Enforcing Authorization Mechanisms.
Securing your APIs from BOLA attacks requires a strong authentication, but also a robust authorization. Having a centralised authorization solution that you can re-use for every sensitive object will be helpful. Implement this authorization check properly and ensure that it relies on user policies and complex user hierarchies. Write tests to evaluate this authorization mechanism and do not deploy anything that doesn’t pass the tests.
Rigorous Testing of the Business Logic.
BOLA vulnerabilities often occur due to unfound critical flaws in the design of the actual functionalities of your APIs, rather than threat actors using complex exploits to break into the systems. That’s why it’s critical to rigorously test the business logic of your application to spot vulnerabilities that are impossible to reliably address upon each release, with automated tools and vulnerability scanners.
Relying on IDs from JWT tokens.
Instead of sending the user identifier as a parameter, we should use an auth token such as JWT (JSON web token) and extract the user identifier from the JWT token.

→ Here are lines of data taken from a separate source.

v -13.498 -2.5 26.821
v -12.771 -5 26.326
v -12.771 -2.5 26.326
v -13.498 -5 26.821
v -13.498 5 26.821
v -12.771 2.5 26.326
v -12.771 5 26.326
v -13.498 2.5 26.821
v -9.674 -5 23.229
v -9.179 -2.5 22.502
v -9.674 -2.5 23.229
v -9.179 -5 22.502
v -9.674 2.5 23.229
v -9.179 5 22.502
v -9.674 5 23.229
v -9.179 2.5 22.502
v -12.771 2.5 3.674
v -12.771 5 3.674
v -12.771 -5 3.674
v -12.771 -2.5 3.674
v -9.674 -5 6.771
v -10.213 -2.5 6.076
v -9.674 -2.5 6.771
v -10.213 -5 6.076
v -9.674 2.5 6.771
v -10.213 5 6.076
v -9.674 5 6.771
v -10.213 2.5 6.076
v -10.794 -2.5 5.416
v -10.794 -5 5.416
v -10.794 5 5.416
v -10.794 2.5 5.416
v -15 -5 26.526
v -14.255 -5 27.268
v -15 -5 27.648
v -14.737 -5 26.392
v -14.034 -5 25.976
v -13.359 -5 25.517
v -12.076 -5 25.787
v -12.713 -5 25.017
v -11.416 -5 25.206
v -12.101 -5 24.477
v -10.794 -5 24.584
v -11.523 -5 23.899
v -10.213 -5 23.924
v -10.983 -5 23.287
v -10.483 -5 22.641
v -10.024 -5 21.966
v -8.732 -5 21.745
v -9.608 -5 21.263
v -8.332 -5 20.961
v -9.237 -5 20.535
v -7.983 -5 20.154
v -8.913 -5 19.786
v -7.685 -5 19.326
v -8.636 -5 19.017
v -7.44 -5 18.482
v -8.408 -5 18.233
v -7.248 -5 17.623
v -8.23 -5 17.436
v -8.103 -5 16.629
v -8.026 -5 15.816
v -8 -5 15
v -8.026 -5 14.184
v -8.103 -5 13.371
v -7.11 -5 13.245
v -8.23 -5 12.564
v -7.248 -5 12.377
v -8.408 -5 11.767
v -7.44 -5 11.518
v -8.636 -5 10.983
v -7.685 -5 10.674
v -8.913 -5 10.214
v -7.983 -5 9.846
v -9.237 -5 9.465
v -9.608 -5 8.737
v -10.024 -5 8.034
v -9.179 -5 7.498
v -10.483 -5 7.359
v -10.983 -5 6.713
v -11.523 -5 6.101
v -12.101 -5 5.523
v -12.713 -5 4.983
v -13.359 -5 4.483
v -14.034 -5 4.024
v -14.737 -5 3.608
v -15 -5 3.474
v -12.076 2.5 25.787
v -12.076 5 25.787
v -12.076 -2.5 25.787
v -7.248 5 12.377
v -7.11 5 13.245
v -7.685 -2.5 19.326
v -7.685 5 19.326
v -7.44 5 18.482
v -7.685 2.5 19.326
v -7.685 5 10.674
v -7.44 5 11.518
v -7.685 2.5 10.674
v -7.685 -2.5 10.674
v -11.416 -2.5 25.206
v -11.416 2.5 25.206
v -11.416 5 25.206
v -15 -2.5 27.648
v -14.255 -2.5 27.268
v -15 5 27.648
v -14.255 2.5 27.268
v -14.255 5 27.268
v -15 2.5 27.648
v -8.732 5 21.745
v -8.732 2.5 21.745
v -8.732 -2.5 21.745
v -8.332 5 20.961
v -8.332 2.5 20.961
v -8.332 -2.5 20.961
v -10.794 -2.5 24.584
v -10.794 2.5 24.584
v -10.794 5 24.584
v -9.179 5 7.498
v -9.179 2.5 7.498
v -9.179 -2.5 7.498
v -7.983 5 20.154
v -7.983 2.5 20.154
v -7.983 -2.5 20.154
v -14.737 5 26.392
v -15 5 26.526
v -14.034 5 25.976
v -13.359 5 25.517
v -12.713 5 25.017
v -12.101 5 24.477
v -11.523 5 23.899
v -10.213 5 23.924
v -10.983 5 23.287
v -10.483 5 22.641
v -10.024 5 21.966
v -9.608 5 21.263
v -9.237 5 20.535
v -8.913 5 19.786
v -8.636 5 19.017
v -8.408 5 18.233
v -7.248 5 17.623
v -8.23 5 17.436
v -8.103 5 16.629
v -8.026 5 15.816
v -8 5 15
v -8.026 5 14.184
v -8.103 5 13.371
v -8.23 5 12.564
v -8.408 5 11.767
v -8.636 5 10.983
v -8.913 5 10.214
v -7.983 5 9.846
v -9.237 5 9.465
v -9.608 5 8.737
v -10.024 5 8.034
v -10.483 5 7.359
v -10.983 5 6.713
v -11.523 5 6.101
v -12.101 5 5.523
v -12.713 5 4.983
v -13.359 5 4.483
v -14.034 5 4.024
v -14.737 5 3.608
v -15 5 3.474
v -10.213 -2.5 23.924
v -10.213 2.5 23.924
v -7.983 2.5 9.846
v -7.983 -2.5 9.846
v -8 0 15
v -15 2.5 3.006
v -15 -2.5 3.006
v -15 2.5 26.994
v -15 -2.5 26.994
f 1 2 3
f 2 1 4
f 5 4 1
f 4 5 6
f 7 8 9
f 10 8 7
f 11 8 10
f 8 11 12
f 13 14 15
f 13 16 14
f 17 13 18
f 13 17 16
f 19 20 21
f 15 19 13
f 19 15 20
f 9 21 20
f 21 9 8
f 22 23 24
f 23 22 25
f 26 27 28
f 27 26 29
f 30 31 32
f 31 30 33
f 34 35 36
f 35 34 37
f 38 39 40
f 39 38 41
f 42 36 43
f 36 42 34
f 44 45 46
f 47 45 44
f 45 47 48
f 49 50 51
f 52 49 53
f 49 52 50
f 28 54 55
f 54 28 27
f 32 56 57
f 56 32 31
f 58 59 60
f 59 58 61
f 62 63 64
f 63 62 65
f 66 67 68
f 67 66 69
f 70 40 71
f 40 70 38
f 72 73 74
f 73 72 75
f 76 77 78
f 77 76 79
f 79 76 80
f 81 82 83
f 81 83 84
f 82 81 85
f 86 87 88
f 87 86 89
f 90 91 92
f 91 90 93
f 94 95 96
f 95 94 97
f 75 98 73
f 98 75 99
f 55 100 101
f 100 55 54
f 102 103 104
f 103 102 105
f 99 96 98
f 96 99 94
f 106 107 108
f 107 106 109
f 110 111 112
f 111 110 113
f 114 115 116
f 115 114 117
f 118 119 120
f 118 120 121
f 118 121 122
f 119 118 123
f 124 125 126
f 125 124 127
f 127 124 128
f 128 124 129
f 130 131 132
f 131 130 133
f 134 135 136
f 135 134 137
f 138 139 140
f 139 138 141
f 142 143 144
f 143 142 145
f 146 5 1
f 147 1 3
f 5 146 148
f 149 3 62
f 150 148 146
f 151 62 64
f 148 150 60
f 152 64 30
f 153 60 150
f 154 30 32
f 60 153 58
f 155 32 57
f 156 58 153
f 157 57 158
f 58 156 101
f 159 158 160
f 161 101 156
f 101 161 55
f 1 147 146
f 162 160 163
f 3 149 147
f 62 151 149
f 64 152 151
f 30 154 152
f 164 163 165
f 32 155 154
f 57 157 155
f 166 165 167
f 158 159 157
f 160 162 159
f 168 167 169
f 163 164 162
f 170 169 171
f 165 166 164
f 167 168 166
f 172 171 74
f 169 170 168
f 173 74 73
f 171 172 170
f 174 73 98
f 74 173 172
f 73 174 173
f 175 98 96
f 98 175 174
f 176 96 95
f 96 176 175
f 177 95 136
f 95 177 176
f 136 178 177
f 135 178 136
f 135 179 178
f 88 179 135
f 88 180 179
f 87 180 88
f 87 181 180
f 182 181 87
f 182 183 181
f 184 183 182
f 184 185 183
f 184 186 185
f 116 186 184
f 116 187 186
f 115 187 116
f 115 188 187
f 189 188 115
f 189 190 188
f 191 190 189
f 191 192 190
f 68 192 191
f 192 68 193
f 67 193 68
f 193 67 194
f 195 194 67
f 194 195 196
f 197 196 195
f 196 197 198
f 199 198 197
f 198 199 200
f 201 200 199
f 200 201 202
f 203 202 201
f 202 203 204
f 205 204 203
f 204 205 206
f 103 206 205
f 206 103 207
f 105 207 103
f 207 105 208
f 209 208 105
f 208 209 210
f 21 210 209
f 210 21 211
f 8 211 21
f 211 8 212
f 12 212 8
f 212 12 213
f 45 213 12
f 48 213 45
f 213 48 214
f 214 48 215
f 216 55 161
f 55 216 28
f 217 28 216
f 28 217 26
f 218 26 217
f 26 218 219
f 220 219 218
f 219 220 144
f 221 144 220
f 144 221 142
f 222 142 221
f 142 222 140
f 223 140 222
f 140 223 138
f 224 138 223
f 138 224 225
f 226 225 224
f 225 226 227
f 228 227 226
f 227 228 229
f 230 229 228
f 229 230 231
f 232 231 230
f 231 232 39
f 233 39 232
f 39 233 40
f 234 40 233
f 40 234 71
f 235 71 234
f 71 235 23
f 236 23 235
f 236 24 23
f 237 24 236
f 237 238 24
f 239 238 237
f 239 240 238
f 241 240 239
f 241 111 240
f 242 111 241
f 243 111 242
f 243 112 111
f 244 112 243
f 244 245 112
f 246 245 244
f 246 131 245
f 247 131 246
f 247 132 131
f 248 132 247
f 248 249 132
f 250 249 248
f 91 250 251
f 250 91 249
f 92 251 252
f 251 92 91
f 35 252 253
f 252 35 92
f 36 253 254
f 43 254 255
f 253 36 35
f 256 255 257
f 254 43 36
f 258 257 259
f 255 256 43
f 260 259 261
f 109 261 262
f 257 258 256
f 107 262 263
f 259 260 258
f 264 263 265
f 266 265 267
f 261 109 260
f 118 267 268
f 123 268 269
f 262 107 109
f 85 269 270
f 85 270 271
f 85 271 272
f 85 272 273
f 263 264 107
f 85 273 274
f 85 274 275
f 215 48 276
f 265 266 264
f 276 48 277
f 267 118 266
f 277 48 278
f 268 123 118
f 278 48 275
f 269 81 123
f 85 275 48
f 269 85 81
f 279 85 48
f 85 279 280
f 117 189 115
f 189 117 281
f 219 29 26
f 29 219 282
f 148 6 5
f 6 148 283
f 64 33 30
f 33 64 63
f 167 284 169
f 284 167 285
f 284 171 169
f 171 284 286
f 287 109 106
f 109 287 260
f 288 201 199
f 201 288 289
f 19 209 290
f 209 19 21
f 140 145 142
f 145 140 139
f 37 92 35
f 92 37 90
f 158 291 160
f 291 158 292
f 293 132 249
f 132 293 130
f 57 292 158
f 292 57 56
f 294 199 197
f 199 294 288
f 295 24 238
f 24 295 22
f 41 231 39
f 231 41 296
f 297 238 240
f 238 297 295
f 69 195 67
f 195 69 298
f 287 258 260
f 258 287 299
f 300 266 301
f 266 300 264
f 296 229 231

Broken Object Level Authorization (BOLA) is a severe vulnerability and the potential impacts are enormous. BOLA vulnerabilities are becoming ever more prevalent as functionalities of applications increase, systems are getting more and more complex with varying user hierarchies in place, and simultaneously more APIs are built. Therefore, making sure your APIs are not vulnerable to BOLA attacks has become challenging.
The real source of this vulnerability is traced to trusting the data that is passed to the API by the user. Therefore, object and user level authorization checks should be enforced in every API endpoint that receives an object or user identifier and performs any type of action. The authorization checks should validate that only the authorized users are granted access to the request object.